··· GIVEN RECORDS

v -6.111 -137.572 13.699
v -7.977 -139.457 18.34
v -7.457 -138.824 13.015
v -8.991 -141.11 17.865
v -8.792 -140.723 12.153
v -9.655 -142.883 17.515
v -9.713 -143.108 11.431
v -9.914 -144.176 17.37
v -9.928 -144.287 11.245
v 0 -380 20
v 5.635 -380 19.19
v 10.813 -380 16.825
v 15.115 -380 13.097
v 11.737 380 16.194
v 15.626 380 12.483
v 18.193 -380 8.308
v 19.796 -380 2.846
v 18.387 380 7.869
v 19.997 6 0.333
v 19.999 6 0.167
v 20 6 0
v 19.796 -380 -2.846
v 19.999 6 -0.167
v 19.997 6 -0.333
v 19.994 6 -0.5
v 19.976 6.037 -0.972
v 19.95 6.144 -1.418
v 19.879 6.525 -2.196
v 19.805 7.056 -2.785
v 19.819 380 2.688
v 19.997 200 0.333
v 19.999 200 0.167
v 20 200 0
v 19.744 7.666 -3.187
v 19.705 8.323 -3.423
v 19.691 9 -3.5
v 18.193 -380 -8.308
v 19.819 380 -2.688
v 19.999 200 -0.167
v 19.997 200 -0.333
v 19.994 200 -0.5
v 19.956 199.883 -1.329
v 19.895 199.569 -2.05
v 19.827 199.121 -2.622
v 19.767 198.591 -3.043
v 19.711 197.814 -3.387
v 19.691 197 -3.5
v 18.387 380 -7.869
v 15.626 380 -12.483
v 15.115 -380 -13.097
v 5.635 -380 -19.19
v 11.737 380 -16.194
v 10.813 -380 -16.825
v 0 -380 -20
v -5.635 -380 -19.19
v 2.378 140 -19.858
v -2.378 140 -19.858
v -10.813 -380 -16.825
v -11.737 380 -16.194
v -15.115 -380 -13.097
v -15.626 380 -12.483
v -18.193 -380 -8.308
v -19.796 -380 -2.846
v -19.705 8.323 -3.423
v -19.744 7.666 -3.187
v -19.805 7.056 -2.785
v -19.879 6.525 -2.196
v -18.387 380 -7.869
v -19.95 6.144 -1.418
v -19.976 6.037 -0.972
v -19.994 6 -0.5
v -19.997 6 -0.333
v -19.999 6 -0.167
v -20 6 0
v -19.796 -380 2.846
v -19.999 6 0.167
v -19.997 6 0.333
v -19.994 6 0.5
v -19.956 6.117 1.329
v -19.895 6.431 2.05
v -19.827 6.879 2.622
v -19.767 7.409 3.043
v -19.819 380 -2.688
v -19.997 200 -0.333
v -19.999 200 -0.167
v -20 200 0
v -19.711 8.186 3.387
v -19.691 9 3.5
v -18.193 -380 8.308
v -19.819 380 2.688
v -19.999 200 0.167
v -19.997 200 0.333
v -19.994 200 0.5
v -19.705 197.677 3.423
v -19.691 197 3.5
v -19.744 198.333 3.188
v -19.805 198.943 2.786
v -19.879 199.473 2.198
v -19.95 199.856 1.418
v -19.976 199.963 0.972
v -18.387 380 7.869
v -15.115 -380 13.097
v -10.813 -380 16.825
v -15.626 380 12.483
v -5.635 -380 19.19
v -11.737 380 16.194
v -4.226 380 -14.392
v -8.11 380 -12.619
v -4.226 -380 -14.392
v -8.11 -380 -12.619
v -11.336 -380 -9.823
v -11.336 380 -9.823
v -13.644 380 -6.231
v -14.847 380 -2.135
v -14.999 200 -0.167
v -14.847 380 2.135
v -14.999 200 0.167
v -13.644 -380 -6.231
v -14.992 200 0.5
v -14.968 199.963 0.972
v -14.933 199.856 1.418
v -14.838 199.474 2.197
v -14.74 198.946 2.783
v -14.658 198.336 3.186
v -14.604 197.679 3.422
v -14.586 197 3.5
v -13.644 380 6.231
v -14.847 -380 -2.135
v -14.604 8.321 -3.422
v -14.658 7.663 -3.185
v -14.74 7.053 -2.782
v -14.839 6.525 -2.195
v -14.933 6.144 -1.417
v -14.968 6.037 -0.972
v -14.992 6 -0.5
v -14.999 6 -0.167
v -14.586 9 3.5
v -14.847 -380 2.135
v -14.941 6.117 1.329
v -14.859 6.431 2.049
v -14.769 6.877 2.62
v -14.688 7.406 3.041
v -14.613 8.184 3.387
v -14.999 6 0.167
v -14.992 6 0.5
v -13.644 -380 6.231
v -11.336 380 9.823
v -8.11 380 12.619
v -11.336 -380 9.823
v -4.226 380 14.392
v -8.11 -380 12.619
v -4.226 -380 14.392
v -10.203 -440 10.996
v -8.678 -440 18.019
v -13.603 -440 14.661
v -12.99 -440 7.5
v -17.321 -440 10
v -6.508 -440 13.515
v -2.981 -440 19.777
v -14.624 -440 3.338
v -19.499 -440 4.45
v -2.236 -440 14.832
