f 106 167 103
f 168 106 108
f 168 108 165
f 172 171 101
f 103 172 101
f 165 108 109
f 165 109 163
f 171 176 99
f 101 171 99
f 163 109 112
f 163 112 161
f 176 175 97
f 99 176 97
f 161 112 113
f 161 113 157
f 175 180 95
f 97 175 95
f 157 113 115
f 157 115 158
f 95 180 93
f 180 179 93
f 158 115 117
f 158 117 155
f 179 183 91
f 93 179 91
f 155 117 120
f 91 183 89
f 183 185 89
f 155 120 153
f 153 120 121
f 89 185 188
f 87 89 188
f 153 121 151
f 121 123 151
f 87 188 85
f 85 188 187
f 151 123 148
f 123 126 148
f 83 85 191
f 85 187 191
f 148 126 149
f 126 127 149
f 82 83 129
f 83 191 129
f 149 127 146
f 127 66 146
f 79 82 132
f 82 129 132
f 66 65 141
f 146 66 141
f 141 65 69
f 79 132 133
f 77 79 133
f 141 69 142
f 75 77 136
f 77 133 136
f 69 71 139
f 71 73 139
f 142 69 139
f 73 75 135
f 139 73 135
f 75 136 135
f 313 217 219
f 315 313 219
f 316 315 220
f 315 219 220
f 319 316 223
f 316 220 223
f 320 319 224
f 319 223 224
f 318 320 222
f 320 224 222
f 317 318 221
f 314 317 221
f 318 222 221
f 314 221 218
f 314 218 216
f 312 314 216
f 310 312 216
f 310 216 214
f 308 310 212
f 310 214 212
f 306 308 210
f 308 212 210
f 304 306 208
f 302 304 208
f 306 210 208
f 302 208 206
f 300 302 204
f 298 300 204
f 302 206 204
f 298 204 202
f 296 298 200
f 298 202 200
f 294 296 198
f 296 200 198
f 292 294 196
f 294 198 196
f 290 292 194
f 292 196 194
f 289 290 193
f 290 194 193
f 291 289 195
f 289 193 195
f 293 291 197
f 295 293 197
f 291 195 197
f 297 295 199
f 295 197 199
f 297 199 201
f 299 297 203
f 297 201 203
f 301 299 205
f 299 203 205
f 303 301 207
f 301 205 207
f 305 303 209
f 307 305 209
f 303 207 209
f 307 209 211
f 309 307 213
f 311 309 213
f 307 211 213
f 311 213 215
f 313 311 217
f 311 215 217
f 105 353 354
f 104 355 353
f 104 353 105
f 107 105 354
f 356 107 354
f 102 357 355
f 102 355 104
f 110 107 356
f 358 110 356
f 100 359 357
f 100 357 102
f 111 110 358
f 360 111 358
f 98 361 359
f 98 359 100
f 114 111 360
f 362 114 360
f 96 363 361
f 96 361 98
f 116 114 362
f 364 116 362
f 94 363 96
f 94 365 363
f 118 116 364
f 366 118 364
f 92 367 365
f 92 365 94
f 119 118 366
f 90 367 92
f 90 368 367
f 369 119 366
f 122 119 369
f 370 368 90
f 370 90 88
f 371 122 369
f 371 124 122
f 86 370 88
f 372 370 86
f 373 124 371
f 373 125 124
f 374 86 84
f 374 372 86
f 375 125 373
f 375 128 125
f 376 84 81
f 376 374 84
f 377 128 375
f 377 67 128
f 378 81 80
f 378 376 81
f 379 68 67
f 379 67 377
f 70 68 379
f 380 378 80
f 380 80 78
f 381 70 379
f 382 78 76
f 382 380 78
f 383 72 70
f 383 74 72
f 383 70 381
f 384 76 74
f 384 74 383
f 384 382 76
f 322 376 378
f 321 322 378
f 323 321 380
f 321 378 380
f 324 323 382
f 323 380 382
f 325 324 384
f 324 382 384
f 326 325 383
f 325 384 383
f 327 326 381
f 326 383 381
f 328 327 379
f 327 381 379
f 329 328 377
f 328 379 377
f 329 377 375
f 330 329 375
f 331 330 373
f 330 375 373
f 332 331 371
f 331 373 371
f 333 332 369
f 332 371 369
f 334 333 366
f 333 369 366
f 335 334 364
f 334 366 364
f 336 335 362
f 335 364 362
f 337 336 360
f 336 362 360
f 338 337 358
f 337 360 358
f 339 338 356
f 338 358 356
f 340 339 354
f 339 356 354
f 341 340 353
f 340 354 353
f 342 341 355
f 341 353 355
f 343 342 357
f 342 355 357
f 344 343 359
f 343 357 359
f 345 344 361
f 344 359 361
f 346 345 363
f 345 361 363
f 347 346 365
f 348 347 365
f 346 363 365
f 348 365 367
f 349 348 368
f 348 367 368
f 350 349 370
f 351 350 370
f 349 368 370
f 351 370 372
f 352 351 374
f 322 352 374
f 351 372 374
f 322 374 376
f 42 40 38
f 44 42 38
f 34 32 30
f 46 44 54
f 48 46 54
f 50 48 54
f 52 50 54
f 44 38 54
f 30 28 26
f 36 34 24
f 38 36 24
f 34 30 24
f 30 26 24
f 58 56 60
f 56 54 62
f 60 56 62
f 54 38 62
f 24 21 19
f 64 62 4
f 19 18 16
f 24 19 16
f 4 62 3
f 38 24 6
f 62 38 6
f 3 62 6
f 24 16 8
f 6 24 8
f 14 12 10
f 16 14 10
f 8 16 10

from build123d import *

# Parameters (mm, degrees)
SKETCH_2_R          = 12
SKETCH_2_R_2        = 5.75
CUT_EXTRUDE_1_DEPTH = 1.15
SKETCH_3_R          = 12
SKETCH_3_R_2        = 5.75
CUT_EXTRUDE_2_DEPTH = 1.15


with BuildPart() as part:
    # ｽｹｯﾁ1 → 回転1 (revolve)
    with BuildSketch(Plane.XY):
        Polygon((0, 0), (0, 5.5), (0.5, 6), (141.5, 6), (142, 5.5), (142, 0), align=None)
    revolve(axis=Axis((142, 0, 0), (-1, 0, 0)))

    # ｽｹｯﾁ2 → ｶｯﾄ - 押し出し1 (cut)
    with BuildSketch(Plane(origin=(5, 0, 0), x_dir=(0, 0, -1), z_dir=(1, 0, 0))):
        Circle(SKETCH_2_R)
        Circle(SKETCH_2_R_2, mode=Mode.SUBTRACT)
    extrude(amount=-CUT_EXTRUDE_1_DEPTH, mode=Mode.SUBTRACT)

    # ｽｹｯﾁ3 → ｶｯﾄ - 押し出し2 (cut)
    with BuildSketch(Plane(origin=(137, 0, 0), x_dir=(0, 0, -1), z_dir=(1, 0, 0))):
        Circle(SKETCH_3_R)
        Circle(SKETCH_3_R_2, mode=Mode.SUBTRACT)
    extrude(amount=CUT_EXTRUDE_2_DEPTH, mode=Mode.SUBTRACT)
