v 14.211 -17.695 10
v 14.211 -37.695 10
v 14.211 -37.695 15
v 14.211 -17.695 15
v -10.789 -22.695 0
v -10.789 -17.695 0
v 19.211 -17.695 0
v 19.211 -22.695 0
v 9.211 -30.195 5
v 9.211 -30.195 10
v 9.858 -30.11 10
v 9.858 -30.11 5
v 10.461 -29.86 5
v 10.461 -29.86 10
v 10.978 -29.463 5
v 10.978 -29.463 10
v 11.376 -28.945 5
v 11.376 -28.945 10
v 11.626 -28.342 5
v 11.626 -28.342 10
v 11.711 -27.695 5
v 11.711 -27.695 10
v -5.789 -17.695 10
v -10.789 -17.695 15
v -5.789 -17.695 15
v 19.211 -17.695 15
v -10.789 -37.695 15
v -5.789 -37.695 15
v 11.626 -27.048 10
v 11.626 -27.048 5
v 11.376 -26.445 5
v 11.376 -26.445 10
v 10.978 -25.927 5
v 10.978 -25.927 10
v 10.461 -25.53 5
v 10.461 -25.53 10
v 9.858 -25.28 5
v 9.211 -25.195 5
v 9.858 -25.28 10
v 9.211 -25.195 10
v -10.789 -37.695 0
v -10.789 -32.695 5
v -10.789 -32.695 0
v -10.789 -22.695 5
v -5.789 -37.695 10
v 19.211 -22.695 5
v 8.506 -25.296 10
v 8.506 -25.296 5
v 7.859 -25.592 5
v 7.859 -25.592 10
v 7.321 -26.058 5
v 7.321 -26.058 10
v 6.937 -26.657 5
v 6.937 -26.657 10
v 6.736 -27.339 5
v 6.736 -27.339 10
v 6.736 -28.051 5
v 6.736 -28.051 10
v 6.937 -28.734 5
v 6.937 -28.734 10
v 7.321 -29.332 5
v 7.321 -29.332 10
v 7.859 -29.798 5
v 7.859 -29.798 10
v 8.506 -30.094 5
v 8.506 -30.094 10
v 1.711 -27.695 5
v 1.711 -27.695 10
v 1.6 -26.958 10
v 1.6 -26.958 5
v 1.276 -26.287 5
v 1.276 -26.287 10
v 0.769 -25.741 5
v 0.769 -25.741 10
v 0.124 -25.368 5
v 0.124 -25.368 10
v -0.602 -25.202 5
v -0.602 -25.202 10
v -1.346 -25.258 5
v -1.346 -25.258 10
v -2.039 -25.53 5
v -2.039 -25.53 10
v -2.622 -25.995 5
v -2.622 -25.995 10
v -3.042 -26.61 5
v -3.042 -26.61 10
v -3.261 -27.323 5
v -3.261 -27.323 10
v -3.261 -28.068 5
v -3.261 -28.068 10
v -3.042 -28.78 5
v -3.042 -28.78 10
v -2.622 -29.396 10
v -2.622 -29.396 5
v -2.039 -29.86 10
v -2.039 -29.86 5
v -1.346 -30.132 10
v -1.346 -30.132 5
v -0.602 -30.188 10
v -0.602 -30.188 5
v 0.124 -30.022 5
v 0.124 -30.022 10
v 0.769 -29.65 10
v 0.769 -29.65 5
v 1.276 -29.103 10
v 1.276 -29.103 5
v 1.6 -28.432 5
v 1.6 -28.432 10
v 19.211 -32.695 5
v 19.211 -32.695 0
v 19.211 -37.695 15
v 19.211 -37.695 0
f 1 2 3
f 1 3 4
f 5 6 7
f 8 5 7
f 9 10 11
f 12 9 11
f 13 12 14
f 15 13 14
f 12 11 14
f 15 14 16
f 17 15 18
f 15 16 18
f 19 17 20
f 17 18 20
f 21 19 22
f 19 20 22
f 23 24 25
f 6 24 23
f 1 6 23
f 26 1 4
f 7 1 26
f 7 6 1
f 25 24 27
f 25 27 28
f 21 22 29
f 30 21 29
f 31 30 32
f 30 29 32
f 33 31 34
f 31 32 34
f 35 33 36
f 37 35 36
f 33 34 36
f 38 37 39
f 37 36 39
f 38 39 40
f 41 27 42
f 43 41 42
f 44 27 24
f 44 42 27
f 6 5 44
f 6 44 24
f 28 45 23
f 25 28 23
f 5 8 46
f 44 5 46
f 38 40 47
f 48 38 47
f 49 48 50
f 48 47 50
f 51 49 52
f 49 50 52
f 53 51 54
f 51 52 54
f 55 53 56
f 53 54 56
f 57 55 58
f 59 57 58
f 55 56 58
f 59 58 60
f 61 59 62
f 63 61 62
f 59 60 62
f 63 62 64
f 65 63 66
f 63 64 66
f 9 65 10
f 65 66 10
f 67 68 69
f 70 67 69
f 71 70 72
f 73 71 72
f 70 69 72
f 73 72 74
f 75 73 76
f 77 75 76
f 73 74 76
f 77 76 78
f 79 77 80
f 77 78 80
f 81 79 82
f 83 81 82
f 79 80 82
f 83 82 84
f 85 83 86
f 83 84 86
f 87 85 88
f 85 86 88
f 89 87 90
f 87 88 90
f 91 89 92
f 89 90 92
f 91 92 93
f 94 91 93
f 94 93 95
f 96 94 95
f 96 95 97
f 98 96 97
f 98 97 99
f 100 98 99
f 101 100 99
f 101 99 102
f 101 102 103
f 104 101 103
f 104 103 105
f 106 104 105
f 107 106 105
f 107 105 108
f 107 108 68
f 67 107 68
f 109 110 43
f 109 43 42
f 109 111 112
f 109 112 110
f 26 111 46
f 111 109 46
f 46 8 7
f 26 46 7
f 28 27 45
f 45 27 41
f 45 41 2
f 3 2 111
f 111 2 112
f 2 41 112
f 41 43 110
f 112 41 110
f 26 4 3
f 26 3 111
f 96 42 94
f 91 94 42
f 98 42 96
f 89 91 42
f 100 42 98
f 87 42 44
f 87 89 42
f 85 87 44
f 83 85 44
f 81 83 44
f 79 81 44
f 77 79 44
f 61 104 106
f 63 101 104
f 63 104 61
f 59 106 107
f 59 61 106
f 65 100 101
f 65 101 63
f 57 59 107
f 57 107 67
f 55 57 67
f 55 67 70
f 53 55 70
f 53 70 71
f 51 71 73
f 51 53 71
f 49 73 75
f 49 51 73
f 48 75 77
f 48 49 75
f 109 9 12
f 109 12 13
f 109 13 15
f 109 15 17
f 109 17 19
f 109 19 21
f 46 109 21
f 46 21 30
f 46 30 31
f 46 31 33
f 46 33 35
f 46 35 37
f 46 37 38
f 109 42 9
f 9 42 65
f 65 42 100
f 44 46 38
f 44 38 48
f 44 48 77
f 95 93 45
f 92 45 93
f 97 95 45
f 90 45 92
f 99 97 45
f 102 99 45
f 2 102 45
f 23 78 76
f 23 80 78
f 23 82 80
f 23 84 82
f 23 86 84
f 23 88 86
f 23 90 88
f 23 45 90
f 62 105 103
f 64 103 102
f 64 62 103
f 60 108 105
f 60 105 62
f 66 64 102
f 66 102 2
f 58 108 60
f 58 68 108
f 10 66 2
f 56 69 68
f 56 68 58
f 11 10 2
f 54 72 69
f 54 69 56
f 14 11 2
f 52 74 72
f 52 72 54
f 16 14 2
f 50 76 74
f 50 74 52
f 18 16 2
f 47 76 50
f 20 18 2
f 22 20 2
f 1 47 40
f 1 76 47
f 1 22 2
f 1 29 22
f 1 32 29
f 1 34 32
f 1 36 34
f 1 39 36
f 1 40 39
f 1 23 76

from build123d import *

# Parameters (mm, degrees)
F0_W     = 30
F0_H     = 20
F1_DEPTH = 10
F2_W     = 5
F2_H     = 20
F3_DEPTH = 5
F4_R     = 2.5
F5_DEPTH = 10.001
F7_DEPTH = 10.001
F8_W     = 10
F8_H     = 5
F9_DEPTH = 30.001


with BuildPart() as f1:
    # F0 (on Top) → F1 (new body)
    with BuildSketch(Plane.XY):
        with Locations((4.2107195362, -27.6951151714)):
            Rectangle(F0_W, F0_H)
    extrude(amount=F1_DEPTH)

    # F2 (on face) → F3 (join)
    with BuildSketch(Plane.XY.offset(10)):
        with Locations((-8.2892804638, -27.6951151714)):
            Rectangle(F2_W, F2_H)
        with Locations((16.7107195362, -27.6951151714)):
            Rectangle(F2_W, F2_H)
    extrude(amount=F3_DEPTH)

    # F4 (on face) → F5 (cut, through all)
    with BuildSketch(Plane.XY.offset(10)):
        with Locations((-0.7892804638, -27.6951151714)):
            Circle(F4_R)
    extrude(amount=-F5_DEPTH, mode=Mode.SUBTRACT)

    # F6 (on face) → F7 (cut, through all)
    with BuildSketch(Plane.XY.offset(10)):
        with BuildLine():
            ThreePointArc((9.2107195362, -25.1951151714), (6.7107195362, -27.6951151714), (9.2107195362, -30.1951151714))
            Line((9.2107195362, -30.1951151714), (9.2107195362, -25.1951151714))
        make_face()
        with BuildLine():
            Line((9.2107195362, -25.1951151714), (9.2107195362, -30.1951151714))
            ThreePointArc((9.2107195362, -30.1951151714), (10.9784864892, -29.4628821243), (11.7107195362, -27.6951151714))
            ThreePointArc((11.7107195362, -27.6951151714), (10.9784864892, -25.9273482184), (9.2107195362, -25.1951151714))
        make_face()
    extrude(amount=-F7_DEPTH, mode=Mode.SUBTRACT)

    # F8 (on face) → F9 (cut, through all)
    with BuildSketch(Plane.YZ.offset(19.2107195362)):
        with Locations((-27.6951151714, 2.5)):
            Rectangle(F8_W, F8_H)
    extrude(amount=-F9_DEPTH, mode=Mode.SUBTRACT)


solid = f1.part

······
··· GIVEN RECORDS

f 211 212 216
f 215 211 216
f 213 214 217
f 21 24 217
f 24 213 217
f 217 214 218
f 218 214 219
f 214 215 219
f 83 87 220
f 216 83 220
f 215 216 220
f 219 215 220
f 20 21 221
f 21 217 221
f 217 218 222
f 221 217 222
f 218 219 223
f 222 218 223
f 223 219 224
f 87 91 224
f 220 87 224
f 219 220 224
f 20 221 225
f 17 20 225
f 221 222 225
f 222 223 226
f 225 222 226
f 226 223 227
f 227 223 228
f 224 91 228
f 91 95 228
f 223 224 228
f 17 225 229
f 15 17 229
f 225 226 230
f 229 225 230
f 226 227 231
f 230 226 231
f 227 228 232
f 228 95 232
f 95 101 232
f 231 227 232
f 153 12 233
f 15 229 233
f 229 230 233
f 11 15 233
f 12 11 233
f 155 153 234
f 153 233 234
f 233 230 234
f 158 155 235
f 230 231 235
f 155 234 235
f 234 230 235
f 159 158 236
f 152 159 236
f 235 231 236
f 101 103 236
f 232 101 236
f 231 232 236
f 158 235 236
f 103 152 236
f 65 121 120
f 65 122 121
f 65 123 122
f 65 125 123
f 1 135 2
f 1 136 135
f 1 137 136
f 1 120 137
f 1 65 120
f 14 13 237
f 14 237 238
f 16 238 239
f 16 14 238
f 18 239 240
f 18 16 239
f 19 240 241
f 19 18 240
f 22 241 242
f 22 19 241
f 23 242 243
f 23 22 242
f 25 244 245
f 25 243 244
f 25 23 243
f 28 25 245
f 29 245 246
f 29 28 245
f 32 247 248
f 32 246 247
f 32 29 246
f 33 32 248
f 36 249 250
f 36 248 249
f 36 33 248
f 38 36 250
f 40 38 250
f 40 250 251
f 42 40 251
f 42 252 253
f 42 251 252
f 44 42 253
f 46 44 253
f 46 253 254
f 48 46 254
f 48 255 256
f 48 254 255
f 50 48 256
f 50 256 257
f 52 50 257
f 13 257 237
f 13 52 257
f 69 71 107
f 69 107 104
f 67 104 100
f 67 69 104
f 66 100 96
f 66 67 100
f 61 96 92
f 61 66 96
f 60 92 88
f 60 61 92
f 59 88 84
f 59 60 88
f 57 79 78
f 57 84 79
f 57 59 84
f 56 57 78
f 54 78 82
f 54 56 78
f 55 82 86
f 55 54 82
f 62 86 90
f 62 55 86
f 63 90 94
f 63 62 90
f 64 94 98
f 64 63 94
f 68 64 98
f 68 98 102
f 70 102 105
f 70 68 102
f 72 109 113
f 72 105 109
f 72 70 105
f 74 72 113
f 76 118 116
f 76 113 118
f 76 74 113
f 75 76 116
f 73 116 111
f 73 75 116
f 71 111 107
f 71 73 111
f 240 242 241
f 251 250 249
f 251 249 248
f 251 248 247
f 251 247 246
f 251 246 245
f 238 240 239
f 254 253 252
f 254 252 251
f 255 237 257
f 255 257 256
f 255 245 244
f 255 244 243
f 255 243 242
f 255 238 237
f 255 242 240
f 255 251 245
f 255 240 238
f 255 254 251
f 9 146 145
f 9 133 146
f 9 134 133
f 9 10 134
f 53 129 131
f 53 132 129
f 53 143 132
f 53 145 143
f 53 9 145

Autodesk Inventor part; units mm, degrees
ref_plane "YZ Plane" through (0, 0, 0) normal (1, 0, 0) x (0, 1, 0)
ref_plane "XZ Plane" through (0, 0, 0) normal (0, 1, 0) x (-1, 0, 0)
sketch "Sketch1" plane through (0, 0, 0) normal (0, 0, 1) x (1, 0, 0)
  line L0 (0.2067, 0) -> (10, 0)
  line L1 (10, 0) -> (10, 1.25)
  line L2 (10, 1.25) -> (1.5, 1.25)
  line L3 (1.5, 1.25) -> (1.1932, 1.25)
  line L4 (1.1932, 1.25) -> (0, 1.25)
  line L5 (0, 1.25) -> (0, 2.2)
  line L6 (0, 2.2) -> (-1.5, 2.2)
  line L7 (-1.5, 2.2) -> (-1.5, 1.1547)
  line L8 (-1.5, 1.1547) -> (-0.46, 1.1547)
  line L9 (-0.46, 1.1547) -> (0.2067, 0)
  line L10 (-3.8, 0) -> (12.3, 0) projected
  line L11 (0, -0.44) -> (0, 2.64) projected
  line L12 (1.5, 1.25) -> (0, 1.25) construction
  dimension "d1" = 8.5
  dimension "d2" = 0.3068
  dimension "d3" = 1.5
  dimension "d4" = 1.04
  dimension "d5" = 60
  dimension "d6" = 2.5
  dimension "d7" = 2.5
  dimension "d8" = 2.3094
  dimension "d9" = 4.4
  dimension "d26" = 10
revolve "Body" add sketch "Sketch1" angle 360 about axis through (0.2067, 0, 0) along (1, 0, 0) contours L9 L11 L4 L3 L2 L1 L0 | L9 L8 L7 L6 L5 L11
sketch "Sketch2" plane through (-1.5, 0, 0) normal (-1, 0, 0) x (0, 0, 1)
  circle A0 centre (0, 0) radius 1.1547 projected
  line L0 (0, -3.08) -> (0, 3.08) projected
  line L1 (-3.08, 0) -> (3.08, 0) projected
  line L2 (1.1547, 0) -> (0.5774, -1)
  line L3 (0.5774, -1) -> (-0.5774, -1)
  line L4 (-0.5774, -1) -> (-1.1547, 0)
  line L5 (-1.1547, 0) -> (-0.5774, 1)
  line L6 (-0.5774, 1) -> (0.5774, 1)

······

> [TASK PROMPT] The required output is the stretch of entries above from the line containing "f 18 239 240" through the line containing "f 73 75 116", reproduced exactly.

> [ANSWER TO THIS TASK]
f 18 239 240
f 18 16 239
f 19 240 241
f 19 18 240
f 22 241 242
f 22 19 241
f 23 242 243
f 23 22 242
f 25 244 245
f 25 243 244
f 25 23 243
f 28 25 245
f 29 245 246
f 29 28 245
f 32 247 248
f 32 246 247
f 32 29 246
f 33 32 248
f 36 249 250
f 36 248 249
f 36 33 248
f 38 36 250
f 40 38 250
f 40 250 251
f 42 40 251
f 42 252 253
f 42 251 252
f 44 42 253
f 46 44 253
f 46 253 254
f 48 46 254
f 48 255 256
f 48 254 255
f 50 48 256
f 50 256 257
f 52 50 257
f 13 257 237
f 13 52 257
f 69 71 107
f 69 107 104
f 67 104 100
f 67 69 104
f 66 100 96
f 66 67 100
f 61 96 92
f 61 66 96
f 60 92 88
f 60 61 92
f 59 88 84
f 59 60 88
f 57 79 78
f 57 84 79
f 57 59 84
f 56 57 78
f 54 78 82
f 54 56 78
f 55 82 86
f 55 54 82
f 62 86 90
f 62 55 86
f 63 90 94
f 63 62 90
f 64 94 98
f 64 63 94
f 68 64 98
f 68 98 102
f 70 102 105
f 70 68 102
f 72 109 113
f 72 105 109
f 72 70 105
f 74 72 113
f 76 118 116
f 76 113 118
f 76 74 113
f 75 76 116
f 73 116 111
f 73 75 116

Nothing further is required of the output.